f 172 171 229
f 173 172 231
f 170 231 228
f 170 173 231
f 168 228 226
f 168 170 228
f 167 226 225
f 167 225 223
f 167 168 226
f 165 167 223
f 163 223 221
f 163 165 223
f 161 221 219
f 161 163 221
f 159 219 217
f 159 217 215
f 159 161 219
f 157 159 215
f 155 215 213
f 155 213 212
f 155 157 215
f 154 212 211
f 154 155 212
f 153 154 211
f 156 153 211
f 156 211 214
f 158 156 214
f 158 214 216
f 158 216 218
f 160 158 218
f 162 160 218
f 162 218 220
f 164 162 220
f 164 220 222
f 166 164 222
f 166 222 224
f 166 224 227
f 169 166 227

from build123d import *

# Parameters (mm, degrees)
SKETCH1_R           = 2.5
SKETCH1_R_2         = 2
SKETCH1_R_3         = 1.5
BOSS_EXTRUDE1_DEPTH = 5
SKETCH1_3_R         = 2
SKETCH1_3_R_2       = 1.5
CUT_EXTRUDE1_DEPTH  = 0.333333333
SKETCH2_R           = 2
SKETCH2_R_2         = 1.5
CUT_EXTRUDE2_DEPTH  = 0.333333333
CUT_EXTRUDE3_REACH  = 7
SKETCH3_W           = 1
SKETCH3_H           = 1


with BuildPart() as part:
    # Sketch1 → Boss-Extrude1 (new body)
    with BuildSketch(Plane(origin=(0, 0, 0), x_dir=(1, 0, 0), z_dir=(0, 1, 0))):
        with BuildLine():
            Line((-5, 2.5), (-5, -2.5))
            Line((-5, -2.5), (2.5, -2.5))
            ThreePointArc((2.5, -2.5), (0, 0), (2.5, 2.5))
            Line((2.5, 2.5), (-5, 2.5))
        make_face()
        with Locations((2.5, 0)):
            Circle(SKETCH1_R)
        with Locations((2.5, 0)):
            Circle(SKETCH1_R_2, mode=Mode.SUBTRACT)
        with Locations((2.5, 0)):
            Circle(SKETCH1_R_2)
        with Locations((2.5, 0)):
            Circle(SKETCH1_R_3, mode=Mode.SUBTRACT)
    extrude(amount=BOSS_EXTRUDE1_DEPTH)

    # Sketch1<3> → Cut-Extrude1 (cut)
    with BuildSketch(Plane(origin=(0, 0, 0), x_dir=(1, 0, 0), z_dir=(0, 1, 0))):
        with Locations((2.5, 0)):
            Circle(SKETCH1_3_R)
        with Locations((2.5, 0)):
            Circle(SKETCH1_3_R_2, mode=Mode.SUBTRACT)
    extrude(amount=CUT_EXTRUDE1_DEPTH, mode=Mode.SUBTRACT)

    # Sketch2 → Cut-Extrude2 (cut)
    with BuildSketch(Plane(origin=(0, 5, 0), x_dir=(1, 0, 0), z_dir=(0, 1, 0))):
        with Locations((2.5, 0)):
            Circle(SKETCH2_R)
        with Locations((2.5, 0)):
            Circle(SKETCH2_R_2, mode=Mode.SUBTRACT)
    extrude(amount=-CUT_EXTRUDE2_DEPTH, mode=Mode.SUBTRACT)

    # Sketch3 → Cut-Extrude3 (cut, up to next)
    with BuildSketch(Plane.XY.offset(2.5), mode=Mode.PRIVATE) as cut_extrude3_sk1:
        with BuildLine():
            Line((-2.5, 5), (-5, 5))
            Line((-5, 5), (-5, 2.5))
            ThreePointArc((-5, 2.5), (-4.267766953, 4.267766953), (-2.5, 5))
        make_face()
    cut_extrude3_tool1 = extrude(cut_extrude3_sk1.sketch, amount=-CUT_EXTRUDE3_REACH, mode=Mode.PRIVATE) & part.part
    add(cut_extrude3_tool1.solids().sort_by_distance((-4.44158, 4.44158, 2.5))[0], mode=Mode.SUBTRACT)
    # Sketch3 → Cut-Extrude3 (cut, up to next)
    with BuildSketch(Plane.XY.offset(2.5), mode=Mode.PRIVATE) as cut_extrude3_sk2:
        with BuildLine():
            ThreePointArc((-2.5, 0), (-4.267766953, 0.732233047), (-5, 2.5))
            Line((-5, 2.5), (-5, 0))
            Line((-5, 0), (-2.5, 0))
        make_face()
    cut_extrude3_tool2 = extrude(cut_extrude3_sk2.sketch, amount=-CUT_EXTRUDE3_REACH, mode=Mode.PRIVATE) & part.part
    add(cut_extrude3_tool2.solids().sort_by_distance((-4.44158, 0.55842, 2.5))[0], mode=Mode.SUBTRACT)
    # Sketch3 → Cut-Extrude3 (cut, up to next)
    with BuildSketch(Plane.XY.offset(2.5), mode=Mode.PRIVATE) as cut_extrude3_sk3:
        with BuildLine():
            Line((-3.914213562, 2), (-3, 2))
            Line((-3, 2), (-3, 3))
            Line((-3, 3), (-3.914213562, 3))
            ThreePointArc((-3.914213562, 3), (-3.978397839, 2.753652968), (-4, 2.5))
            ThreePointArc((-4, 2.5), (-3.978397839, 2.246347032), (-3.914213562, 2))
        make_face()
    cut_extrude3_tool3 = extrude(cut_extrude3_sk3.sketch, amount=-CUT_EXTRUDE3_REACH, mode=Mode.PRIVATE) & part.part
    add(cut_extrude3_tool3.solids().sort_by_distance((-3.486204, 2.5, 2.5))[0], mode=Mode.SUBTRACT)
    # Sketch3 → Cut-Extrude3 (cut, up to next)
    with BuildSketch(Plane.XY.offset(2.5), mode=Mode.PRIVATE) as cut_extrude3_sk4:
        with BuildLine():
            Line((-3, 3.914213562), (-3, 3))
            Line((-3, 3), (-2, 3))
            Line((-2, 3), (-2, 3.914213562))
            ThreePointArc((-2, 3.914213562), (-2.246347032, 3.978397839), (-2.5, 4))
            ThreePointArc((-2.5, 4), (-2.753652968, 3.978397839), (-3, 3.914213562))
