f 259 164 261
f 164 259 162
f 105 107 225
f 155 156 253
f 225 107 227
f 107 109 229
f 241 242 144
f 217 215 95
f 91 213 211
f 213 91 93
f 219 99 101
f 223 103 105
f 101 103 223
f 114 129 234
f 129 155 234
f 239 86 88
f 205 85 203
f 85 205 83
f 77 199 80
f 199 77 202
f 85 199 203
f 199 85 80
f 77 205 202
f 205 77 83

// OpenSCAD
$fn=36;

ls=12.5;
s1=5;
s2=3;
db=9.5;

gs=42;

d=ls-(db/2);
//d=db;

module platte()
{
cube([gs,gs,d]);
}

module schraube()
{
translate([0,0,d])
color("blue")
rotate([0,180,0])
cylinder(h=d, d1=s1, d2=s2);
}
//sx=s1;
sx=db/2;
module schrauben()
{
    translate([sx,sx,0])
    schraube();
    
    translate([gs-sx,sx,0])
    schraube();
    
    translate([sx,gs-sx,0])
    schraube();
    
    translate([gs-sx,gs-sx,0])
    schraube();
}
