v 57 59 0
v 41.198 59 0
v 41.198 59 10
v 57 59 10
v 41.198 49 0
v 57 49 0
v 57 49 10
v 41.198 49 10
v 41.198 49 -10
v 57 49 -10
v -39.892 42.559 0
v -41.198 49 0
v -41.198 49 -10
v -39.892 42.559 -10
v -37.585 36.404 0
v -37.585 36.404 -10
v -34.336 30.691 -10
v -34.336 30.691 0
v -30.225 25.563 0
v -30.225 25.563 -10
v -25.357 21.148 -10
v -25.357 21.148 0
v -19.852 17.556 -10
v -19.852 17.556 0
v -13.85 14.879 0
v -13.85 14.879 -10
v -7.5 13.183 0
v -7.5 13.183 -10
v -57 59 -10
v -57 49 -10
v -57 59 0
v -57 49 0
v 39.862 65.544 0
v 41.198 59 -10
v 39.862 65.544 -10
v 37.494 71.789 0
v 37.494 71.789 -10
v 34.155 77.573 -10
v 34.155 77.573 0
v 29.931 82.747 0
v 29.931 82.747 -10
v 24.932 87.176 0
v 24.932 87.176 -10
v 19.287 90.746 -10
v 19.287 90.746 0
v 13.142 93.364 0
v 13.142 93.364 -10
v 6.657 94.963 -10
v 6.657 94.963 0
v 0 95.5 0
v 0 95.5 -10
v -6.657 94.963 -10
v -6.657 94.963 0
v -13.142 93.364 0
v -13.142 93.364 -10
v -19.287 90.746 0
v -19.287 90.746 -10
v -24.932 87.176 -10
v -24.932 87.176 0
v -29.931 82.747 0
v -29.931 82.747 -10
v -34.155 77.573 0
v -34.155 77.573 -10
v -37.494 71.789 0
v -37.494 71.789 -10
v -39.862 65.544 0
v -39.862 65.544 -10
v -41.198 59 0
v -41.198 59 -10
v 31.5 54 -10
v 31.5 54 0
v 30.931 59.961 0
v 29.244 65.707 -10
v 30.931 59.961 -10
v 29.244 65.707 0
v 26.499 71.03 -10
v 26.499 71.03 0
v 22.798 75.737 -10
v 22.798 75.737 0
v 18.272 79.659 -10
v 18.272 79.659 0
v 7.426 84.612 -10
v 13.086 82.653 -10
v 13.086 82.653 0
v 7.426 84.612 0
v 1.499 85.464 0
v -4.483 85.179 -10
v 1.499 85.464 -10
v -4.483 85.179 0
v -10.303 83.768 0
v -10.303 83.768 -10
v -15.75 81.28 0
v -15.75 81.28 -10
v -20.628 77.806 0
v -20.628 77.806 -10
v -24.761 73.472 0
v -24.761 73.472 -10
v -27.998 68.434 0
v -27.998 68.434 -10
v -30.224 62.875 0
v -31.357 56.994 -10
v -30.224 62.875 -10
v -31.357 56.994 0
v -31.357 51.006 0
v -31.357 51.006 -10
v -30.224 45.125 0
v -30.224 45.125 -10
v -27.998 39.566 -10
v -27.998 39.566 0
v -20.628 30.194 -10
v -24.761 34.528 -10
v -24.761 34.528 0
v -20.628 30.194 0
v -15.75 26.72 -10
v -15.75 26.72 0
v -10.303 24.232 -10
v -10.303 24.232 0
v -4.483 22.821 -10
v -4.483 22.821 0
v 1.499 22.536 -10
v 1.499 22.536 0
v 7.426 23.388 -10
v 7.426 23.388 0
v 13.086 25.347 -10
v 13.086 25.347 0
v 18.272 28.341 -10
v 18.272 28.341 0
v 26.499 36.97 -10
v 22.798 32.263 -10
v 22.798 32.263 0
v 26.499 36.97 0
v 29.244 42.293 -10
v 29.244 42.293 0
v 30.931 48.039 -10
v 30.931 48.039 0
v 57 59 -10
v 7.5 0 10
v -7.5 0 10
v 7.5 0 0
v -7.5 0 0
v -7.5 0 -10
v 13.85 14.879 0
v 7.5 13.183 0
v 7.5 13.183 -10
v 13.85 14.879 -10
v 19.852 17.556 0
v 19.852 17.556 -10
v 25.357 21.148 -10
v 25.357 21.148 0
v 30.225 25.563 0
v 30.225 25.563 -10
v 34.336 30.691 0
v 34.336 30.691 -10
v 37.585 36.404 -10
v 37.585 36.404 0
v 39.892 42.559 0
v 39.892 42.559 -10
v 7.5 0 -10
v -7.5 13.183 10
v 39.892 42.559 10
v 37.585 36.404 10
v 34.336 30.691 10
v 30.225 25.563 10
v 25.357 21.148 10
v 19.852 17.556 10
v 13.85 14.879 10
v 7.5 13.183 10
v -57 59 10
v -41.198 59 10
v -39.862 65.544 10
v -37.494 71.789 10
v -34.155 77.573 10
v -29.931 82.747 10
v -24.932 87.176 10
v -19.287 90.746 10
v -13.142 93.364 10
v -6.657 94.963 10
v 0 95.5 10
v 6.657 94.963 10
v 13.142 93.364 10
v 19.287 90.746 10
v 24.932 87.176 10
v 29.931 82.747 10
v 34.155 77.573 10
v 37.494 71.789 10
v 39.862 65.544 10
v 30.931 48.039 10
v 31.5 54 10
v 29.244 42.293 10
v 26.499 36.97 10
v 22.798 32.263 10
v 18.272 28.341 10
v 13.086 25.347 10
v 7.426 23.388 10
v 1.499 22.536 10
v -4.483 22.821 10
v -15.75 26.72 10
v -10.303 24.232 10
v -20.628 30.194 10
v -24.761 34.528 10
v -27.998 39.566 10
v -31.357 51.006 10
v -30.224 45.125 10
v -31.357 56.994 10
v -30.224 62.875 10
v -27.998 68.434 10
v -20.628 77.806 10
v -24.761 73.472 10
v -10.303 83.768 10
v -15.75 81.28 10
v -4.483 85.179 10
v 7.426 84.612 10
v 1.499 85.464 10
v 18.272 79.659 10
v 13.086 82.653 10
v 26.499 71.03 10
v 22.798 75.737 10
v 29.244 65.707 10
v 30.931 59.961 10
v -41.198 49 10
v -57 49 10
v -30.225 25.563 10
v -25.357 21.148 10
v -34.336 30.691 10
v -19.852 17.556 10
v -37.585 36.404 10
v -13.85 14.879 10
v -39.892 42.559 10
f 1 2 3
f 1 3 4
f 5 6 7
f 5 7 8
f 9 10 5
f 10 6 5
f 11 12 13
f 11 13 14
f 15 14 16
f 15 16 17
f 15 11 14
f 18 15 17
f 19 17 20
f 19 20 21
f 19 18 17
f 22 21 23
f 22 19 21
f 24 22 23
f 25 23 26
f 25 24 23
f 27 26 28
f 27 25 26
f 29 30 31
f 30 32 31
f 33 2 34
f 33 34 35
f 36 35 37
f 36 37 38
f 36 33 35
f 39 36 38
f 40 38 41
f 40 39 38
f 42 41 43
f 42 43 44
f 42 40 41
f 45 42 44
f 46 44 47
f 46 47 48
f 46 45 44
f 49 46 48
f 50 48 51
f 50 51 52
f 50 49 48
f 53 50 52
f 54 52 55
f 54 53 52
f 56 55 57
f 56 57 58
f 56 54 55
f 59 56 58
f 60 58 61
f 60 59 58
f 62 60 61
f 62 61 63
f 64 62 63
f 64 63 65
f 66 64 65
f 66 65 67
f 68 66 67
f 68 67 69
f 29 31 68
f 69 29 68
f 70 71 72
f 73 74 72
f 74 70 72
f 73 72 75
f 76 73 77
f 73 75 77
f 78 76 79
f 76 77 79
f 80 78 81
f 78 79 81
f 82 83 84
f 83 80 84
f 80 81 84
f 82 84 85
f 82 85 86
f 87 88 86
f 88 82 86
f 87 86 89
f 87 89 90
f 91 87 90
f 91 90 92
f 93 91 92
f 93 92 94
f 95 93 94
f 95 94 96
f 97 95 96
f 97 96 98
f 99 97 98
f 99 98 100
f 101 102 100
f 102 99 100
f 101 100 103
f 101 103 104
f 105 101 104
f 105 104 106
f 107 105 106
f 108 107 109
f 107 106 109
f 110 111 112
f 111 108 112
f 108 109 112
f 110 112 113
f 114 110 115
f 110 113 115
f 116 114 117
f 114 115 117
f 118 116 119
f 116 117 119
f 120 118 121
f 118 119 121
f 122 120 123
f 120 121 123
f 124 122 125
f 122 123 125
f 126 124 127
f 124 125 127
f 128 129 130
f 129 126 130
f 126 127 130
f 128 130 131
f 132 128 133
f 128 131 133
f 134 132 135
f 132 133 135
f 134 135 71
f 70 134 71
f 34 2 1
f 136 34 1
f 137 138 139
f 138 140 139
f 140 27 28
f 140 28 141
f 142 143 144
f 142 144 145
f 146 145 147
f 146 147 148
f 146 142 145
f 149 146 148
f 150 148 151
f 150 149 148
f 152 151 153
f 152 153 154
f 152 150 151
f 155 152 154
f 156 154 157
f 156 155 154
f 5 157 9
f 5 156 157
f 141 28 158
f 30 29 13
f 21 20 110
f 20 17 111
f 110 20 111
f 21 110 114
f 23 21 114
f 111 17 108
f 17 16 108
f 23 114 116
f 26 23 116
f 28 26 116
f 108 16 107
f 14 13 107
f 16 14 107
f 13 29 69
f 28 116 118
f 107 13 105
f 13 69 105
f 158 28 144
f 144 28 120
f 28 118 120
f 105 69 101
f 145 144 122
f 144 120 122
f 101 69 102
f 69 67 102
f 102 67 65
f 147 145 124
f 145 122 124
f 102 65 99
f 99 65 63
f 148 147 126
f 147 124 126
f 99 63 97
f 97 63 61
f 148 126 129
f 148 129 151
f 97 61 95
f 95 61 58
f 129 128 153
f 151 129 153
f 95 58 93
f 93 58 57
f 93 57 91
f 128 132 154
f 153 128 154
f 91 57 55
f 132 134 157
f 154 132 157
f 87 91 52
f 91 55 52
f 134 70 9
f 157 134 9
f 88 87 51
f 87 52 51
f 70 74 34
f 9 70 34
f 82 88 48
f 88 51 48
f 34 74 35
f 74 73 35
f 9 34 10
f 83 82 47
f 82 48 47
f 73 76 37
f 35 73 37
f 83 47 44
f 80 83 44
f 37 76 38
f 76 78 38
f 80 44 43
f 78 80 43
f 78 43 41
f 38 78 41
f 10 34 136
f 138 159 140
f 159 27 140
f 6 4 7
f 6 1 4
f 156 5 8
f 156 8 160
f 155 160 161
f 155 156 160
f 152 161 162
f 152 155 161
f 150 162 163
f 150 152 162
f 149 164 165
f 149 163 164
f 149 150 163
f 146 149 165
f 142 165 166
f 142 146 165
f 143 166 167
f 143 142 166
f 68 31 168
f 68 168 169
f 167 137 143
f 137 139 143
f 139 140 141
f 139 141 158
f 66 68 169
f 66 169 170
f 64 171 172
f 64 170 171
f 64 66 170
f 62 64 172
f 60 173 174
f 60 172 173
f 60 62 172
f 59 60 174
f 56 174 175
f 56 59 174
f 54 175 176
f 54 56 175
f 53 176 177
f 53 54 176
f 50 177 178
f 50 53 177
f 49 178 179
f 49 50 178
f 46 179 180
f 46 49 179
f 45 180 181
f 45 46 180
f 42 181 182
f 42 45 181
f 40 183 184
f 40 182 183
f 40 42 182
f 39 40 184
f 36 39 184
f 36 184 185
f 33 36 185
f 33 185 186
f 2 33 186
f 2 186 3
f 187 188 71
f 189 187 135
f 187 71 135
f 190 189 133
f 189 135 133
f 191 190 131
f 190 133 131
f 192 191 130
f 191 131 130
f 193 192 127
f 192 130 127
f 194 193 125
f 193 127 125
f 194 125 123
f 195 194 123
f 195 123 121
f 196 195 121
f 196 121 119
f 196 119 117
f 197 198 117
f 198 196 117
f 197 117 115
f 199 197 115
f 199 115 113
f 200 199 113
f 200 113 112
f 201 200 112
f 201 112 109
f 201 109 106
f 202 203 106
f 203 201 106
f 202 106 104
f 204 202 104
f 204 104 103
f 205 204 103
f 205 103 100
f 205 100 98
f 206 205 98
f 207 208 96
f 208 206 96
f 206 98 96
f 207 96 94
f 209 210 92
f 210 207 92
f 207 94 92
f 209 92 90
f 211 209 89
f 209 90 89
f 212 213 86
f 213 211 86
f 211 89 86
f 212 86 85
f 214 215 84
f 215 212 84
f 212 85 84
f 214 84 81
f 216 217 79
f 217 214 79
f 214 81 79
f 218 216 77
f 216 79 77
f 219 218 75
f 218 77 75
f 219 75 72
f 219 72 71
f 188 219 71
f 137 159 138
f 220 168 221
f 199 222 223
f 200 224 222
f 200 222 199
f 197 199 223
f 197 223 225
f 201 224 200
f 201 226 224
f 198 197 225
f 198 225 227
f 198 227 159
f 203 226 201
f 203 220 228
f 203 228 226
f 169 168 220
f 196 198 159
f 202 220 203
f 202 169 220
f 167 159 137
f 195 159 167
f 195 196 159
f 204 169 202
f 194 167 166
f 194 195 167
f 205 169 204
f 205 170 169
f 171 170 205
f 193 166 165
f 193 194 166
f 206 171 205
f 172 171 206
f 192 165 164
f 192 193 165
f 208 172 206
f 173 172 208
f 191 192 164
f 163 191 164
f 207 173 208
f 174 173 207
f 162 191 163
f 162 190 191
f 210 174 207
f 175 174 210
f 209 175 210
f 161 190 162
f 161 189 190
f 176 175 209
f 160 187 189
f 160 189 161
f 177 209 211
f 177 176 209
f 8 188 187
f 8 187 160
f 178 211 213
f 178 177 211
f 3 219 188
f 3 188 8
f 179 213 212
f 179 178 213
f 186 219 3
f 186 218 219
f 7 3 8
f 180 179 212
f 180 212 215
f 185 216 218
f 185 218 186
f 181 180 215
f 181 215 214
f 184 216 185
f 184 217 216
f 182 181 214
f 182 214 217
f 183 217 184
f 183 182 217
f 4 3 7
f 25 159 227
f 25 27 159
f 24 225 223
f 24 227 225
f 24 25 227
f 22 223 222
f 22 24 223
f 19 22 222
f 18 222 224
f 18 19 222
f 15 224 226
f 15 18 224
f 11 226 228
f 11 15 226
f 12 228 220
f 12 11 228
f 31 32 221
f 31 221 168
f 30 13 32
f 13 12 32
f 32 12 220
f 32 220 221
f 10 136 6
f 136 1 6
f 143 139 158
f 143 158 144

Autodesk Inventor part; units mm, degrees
ref_plane "YZ Plane" through (0, 0, 0) normal (1, 0, 0) x (0, 1, 0)
ref_plane "XZ Plane" through (0, 0, 0) normal (0, 1, 0) x (-1, 0, 0)
ref_plane "XY Plane" through (0, 0, 0) normal (0, 0, 1) x (1, 0, 0)
sketch "Sketch1" plane through (0, 0, 0) normal (0, 0, 1) x (1, 0, 0)
  circle A0 centre (0, 54) radius 31.5
  circle A1 centre (0, 54) radius 41.5
  line L0 (57, 49) -> (-57, 49)
  line L1 (-57, 49) -> (-57, 59)
  line L2 (-57, 59) -> (57, 59)
  line L3 (57, 59) -> (57, 49)
  line L4 (57, 49) -> (-57, 59) construction
  line L5 (-57, 49) -> (57, 59) construction
  line L6 (-7.5, 0) -> (7.5, 0)
  line L7 (7.5, 0) -> (7.5, 22.5)
  line L8 (7.5, 22.5) -> (-7.5, 22.5) construction
  line L9 (-7.5, 22.5) -> (-7.5, 0)
  point P0 (0, 0)
  point P1 (0, 0)
  point P2 (41.1977, 49)
  point P3 (41.1977, 59)
  point P4 (-41.1977, 59)
  point P5 (-41.1977, 49)
  point P6 (-7.5, 13.1833)
  point P7 (7.5, 13.1833)
  dimension "d0" = 54
  dimension "d2" = 10
  dimension "d3" = 63
  dimension "d4" = 10
  dimension "d5" = 114
  dimension "d6" = 15
extrude "Extrusion1" add sketch "Sketch1" along normal mid plane 20 contours A0 L2 A1 L0 | A0 L2 A1 | L0 A1 A0 | A0 L0 A1 L2 | L2 L3 L0 A1 | A1 L0 L1 L2 | L7 L6 L9 A1
equation "\"d4\" = d2"
properties part number "Pipe clamp bracket"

● ● ●

Restate word for word the lines in the material above from the one with "f 183 217 184" to the one with "f 143 158 144"; both of those lines count, and nothing else does.

f 183 217 184
f 183 182 217
f 4 3 7
f 25 159 227
f 25 27 159
f 24 225 223
f 24 227 225
f 24 25 227
f 22 223 222
f 22 24 223
f 19 22 222
f 18 222 224
f 18 19 222
f 15 224 226
f 15 18 224
f 11 226 228
f 11 15 226
f 12 228 220
f 12 11 228
f 31 32 221
f 31 221 168
f 30 13 32
f 13 12 32
f 32 12 220
f 32 220 221
f 10 136 6
f 136 1 6
f 143 139 158
f 143 158 144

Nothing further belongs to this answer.